Greg Balloch is a Vancouver-based writer for InGoal Magazine, broadcaster for Sportsnet 650, and goaltending coach. His career began in Hamilton, Ontario with the Junior 'A' Hamilton Red Wings, before moving to Vancouver to cover the Canucks on the radio and work with the Surrey Eagles of the BCHL. A lifelong goaltender, he has been teaching the position for over a decade.


  1. Sean

    I was wondering why Bishop didn’t butterfly slide to his left and instead chose to stack the pads on the 1st goal by Keith in Game 6. It seemed like Bish would have been fine staying up, sliding left, and using blocking techniques when Keith got his own rebound. I see now that he has injured right groin so that push/slide could have been hurtful or too timely I guess. Why not put Vasi in if that’s the case? … Like you said “There are no answers to these questions.” … Great playoff run Bolts!

  2. sungod61

    Mike Milbury is a douche bag who likes to hear the sound of his own voice! wish he would go away

  3. Nico

    Why even play Bishop if he was injured?
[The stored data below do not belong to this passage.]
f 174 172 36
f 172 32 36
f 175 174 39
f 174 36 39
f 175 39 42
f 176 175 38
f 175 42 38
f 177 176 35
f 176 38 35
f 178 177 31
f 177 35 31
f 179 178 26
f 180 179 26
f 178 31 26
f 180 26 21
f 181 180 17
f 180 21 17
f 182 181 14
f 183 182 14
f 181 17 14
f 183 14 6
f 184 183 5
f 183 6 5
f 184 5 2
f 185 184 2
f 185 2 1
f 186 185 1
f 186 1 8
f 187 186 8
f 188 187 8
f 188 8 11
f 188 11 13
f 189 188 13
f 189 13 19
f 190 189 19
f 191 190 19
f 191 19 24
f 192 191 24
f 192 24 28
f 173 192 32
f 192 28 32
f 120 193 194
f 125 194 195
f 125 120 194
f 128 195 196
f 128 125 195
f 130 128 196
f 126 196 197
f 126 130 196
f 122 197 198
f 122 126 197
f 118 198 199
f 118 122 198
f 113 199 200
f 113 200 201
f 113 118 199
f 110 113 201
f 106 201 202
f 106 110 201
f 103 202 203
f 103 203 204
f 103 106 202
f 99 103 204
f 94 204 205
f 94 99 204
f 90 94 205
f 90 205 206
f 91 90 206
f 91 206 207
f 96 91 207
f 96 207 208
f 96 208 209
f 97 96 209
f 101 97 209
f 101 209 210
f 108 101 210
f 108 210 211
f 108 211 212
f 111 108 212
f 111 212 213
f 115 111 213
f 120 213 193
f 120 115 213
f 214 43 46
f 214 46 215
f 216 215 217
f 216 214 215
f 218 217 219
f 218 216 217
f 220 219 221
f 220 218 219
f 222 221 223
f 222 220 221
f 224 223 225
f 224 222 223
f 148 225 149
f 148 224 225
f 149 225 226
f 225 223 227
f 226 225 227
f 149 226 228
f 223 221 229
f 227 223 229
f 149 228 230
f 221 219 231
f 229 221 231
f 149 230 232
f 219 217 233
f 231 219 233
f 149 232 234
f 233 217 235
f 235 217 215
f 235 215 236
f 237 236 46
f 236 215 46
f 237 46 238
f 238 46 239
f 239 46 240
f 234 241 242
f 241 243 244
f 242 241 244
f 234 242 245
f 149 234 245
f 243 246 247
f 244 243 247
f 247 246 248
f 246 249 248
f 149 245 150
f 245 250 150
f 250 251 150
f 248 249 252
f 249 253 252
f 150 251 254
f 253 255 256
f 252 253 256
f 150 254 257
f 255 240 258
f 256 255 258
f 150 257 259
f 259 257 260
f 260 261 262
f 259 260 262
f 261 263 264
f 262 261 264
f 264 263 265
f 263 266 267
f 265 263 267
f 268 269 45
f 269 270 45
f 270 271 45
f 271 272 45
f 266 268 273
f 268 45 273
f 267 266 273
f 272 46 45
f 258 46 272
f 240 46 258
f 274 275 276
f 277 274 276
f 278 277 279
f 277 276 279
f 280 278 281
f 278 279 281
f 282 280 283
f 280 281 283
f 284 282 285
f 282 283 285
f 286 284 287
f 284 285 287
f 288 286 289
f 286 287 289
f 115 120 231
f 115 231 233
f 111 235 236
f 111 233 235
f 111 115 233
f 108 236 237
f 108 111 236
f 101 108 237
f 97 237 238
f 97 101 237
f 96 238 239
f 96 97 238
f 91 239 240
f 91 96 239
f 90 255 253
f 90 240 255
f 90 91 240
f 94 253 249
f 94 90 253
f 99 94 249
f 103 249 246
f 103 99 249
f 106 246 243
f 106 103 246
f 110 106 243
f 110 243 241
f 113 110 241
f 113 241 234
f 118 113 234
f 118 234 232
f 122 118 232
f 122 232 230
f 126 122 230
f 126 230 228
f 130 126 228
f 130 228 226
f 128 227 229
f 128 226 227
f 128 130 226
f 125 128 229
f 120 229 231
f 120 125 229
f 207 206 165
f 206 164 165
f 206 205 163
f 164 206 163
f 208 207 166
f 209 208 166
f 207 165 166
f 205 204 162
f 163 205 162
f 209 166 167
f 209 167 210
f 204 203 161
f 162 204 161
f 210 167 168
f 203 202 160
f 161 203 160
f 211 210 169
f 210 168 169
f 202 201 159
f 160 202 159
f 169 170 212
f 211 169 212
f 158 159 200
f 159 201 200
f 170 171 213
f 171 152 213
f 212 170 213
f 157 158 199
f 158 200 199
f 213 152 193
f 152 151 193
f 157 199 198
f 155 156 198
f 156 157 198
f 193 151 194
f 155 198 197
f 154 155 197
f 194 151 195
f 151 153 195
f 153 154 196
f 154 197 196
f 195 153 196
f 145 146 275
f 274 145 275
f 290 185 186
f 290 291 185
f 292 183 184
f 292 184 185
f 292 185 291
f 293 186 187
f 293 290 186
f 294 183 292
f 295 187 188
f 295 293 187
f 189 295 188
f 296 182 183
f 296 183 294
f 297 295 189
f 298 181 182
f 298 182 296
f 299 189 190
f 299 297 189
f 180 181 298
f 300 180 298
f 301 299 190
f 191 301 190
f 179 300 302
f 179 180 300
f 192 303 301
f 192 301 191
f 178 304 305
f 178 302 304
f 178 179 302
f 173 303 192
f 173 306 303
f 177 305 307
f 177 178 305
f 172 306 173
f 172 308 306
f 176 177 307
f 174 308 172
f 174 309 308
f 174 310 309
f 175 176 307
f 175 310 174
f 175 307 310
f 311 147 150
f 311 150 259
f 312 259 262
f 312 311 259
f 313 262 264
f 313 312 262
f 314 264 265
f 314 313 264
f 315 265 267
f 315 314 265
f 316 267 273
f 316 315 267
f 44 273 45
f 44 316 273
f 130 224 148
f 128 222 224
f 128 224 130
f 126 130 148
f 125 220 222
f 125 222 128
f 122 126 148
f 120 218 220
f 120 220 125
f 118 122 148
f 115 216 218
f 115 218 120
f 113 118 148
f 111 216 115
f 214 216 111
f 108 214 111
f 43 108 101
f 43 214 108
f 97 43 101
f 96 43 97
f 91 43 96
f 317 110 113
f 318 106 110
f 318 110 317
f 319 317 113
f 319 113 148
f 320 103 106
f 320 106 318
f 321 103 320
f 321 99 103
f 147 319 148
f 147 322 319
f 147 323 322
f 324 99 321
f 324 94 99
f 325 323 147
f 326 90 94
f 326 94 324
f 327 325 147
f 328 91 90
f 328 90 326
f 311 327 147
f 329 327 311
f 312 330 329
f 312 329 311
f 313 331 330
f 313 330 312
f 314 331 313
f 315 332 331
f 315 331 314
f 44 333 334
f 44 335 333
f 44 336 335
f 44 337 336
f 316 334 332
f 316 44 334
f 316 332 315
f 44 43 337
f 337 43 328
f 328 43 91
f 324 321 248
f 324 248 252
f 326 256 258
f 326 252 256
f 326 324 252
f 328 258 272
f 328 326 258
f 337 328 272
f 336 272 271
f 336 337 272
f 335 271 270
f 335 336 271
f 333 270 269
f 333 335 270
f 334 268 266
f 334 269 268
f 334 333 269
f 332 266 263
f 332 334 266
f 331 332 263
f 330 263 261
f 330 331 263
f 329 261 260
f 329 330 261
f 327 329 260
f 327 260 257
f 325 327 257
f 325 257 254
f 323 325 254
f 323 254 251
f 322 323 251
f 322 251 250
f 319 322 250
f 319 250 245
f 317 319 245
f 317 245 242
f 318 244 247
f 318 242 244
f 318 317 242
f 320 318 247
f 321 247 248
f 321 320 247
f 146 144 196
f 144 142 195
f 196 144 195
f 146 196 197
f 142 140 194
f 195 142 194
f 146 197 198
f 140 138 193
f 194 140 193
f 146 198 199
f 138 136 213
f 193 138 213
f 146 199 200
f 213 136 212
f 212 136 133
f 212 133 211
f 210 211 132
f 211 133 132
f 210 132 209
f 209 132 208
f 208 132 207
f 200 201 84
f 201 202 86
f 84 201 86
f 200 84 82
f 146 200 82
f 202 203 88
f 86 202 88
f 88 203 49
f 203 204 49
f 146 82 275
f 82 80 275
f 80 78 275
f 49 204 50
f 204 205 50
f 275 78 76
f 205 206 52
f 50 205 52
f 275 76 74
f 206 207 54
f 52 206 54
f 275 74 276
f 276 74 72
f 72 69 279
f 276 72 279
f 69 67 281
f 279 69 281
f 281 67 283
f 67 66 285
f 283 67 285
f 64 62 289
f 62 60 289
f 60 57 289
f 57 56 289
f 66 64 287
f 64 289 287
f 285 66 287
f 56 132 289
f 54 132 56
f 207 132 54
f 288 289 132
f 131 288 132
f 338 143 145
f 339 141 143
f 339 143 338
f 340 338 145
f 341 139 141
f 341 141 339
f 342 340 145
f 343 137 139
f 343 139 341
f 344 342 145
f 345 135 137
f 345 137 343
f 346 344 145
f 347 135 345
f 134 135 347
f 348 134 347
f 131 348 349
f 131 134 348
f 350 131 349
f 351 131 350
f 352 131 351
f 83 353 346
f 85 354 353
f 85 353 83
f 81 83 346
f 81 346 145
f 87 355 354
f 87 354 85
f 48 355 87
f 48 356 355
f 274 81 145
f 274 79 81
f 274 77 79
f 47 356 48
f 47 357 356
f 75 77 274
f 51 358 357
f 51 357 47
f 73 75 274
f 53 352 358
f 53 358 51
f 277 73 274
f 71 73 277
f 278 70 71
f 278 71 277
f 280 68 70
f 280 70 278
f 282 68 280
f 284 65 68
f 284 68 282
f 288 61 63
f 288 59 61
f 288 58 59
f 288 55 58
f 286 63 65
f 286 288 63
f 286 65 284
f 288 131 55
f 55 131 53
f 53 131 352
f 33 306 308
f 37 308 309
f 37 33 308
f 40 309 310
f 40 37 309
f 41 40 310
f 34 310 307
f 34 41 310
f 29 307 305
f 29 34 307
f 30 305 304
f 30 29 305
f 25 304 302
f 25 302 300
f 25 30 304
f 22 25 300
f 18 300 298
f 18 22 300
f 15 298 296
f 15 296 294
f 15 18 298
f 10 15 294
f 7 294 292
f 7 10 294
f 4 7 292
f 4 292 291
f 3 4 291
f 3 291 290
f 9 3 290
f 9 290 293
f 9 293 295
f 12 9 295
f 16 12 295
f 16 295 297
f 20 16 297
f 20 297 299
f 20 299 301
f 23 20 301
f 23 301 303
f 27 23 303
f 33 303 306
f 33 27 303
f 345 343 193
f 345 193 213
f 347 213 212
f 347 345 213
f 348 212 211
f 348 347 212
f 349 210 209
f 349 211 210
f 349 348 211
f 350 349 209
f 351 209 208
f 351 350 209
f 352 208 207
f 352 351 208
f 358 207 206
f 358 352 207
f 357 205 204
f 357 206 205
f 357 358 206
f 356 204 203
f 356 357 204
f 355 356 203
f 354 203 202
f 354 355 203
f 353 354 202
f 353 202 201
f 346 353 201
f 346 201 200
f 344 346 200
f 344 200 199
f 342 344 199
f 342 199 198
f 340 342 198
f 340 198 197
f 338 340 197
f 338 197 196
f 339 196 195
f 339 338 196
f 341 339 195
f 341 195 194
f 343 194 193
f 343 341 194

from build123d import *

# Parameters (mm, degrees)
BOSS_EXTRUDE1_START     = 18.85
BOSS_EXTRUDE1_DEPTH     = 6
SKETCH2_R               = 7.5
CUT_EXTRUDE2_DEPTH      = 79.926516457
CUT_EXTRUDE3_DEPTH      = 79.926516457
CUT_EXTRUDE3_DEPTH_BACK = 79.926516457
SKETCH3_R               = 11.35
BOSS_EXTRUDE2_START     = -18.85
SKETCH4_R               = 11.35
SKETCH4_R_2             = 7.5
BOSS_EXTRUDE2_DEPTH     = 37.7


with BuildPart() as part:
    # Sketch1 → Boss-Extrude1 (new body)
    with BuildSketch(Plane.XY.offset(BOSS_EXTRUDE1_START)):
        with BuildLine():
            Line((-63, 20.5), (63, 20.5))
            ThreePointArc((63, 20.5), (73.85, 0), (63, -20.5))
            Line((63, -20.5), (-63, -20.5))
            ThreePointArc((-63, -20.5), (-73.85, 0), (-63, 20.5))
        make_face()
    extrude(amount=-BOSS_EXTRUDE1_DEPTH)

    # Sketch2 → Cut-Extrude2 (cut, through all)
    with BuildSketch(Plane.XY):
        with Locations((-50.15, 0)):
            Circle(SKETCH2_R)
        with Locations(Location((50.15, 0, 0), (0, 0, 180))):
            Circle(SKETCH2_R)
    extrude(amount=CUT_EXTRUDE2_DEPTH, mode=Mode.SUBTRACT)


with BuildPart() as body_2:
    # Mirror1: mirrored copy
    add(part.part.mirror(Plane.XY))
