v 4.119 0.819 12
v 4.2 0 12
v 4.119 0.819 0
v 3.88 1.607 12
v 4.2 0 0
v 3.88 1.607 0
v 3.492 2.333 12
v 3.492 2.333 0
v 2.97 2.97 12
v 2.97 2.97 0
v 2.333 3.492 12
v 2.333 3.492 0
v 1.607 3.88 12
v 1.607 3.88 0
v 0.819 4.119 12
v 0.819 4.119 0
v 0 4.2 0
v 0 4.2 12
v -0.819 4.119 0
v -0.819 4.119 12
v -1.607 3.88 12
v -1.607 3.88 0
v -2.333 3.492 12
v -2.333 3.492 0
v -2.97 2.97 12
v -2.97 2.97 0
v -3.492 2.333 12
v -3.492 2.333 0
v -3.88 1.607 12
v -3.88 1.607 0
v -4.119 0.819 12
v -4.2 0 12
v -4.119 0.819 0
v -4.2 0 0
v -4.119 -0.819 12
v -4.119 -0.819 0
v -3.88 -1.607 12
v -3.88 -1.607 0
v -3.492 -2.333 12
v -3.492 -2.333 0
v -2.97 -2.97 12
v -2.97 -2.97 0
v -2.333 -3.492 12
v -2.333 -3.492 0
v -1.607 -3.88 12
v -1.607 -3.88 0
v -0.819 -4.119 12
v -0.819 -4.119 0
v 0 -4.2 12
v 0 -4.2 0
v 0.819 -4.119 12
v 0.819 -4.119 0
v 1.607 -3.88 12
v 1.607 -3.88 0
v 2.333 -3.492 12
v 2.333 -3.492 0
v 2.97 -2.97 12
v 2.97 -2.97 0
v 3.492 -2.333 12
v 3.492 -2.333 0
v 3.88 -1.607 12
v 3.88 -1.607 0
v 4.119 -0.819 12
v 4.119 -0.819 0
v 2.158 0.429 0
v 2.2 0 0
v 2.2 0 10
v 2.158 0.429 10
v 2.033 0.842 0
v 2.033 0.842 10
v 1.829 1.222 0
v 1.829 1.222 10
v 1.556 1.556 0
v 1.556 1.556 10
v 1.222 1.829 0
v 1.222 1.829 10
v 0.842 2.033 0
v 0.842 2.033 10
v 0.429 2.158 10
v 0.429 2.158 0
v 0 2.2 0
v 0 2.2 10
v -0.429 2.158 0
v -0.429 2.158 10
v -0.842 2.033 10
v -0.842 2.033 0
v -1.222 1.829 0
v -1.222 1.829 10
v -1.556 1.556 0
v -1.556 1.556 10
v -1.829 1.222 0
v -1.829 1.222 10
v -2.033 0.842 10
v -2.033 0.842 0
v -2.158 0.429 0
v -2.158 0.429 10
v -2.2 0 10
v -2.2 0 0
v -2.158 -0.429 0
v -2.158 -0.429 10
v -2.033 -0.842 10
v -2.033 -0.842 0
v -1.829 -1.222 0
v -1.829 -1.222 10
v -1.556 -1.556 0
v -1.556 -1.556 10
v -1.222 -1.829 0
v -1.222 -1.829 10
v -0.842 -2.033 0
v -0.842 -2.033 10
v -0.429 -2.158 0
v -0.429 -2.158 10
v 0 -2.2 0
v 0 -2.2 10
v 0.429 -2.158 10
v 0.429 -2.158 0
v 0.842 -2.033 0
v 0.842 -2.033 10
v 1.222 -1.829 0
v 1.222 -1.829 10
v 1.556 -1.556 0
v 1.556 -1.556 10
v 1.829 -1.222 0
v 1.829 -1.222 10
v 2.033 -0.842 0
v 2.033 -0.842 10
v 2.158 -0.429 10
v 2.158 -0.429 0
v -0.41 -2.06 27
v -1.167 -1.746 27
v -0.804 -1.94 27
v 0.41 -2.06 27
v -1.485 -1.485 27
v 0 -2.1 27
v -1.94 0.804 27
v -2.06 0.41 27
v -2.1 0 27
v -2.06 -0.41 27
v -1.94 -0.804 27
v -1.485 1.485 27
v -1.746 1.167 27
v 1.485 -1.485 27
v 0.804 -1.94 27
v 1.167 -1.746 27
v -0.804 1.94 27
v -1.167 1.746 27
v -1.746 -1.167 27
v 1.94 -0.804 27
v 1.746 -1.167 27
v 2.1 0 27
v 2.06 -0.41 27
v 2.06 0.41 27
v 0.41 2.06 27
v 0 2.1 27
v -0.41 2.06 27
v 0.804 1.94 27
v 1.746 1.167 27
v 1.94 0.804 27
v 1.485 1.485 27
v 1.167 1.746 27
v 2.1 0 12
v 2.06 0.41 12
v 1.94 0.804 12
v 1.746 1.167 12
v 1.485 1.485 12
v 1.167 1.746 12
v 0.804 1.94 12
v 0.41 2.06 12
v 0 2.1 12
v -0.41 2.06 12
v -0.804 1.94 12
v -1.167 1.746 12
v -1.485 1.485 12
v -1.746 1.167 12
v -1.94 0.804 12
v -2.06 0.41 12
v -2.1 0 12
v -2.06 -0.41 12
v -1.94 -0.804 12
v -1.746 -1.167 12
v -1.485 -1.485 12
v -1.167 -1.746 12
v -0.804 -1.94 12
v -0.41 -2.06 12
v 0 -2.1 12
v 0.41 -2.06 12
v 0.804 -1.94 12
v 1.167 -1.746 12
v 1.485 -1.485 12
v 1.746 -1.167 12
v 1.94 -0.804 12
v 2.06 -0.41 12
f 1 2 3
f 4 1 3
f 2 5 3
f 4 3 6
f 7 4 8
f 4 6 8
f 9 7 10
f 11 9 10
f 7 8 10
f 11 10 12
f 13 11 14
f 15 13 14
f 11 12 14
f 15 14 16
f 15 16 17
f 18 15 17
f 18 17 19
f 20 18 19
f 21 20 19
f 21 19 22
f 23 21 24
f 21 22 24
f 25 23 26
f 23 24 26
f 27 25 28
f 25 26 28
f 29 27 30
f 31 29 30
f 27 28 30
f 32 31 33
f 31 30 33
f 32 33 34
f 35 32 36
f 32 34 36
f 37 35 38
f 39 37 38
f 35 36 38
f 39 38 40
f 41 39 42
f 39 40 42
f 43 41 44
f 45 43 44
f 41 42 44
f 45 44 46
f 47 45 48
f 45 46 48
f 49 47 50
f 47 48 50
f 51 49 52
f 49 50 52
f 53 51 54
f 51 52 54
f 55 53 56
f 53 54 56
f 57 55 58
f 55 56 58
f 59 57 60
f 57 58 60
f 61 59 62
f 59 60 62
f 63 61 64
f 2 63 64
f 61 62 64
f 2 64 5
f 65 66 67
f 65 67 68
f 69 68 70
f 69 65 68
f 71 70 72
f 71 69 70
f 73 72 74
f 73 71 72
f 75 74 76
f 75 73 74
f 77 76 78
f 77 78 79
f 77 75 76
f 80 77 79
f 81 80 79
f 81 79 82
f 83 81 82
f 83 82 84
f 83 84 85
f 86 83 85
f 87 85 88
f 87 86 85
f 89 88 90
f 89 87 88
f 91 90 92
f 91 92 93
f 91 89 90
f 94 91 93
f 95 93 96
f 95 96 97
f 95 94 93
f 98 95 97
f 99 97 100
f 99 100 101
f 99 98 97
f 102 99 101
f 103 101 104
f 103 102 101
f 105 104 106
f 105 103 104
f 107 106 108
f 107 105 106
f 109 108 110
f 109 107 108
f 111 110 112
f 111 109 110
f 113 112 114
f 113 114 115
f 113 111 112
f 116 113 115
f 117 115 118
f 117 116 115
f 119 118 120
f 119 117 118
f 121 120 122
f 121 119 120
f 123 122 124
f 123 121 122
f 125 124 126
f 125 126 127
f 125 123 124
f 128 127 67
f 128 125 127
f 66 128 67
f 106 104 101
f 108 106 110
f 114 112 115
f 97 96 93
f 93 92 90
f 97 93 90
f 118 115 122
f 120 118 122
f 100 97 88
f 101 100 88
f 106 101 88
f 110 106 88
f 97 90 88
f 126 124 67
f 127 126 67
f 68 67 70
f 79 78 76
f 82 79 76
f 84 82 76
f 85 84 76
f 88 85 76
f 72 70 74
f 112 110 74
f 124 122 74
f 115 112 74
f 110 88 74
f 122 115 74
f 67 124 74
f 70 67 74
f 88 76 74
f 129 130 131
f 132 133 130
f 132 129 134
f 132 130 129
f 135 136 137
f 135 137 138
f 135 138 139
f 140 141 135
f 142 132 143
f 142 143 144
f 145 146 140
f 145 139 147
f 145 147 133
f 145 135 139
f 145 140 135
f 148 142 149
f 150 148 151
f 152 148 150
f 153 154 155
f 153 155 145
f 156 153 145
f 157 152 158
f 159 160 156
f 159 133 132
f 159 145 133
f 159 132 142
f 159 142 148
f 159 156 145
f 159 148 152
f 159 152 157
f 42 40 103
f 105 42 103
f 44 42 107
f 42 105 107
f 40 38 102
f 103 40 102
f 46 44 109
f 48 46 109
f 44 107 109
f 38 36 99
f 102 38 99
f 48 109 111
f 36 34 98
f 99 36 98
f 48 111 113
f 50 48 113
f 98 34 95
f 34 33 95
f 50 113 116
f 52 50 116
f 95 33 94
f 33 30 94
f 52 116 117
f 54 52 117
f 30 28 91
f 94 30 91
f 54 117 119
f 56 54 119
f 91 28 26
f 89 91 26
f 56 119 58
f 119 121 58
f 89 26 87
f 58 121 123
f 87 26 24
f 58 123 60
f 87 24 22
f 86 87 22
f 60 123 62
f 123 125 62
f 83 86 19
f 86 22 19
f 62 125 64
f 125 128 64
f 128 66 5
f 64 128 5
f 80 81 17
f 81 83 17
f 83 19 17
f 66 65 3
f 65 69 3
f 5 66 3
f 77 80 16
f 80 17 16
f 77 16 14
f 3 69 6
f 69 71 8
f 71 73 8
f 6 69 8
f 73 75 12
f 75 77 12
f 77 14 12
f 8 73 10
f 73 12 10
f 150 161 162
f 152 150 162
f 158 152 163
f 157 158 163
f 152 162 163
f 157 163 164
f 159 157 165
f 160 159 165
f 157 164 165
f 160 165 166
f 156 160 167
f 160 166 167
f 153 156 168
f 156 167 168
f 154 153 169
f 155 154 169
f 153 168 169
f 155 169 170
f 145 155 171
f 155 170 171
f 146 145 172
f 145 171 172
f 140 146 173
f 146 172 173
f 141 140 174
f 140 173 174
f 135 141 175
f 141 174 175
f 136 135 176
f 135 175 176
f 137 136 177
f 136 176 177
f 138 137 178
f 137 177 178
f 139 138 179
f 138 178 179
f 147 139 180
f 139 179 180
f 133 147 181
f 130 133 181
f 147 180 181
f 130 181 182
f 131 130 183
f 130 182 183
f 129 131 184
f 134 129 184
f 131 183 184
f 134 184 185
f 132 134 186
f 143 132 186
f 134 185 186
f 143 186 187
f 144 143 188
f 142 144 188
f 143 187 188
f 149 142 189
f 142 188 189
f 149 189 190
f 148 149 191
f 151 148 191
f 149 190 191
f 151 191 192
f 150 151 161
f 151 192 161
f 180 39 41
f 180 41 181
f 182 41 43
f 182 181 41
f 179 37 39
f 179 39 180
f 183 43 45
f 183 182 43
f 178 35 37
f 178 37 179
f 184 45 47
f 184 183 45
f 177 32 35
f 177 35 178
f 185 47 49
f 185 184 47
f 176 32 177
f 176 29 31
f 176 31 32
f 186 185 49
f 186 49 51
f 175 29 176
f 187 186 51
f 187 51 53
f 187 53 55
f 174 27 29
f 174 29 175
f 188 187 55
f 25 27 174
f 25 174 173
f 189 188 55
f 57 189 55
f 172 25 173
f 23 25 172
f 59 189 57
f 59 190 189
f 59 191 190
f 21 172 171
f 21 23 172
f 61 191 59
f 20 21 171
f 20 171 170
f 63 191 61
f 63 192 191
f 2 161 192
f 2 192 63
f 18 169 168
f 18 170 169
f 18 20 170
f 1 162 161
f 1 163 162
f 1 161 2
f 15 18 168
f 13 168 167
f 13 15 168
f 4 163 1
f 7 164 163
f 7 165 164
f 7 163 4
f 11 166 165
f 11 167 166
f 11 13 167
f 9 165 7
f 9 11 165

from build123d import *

# Parameters (mm, degrees)
SKETCH1_R           = 4.2
SKETCH1_R_2         = 2.2
BOSS_EXTRUDE1_DEPTH = 10
SKETCH2_R           = 4.2
BOSS_EXTRUDE2_DEPTH = 2
SKETCH3_R           = 2.1
BOSS_EXTRUDE3_DEPTH = 15


with BuildPart() as part:
    # Sketch1 → Boss-Extrude1 (new body)
    with BuildSketch(Plane.XY):
        Circle(SKETCH1_R)
        Circle(SKETCH1_R_2, mode=Mode.SUBTRACT)
    extrude(amount=BOSS_EXTRUDE1_DEPTH)

    # Sketch2 → Boss-Extrude2 (add)
    with BuildSketch(Plane.XY.offset(10)):
        Circle(SKETCH2_R)
    extrude(amount=BOSS_EXTRUDE2_DEPTH)

    # Sketch3 → Boss-Extrude3 (add)
    with BuildSketch(Plane.XY.offset(12)):
        Circle(SKETCH3_R)
    extrude(amount=BOSS_EXTRUDE3_DEPTH)


solid = part.part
Vasilevskiy at 100% is better than Bishop with an injured groin.

    • Paul Ipolito

      Absolutely! One possible correction- He wasn’t “played”, He decided he was OK to play. “Hero” goalies make for great barstool discussions but they also make lousy playoff decisions.

    • Brody

      Good thing Bishop did not give up a soft goal due to his groin injury. Then the Coach would have been at fault. I have to assume the medical staff shot Bishop up with cortisone and other drugs so he would not feel the real pain. Big risk doing that but have to assume that is what they did. I was impressed with Vasilevskiy. he made need to find a new team. He looks to good not to play at least 50 % of the games in a season. he is too young to not be playing.

  4. Pascal Bolduc

    First, I don’t know why Milbury’s comments are still heard. He is an elephant from yesteryears and should be replaced by a modern days expert. Second, this wasn’t the kind of injury that no one knew about or was just wondering (i.e., there must be something wrong since he hasn’t scored in 10 games or he avoids contact). This was just apparent and everyone knew about it so the game is over, now just tell us.

  5. Paul Ipolito

    “Hero” goalies don’t do their teams any favors.

    • Brody

      That is the Coach’s decision. We have to assume Bishop was given pain killers and maybe cortisone shots which can only make the injury worse. He is lucky that he did not give up a really soft goal in the series. Overall he played well.

      • Paul Ipolito

        Unless the coach is a medical doctor he goes on what the goalie tells him.

  6. Matt

    Regardless of which goalie played the result would be the same. Last time I checked the goalie doesn’t put the puck in the net. Remember there was not more than a one goal lead until period three of game six.

  7. Ken

    We’ll never know if playing Vasilevskiy would have paid off, but I felt that he should’ve gotten the start in Game 5, since he played well in the 2-1 loss in Game 4. Although Bishop didn’t end up giving up any goals due to his injury, it was selfish to put himself ahead of the team. I respect Bishop’s battle mentality and understand his desire to not want to miss the Stanley Cup Finals, but I think Cooper should’ve overridden Bishop’s wishes and played Vasilevskiy in Game 5. He’s young and inexperienced, but looked to give his team a better chance to win, since he was not only 100% but extremely athletic with strong edgework. On paper, playing Bishop didn’t strike me as the highest-percentage move for Tampa Bay’s chances of winning the Cup.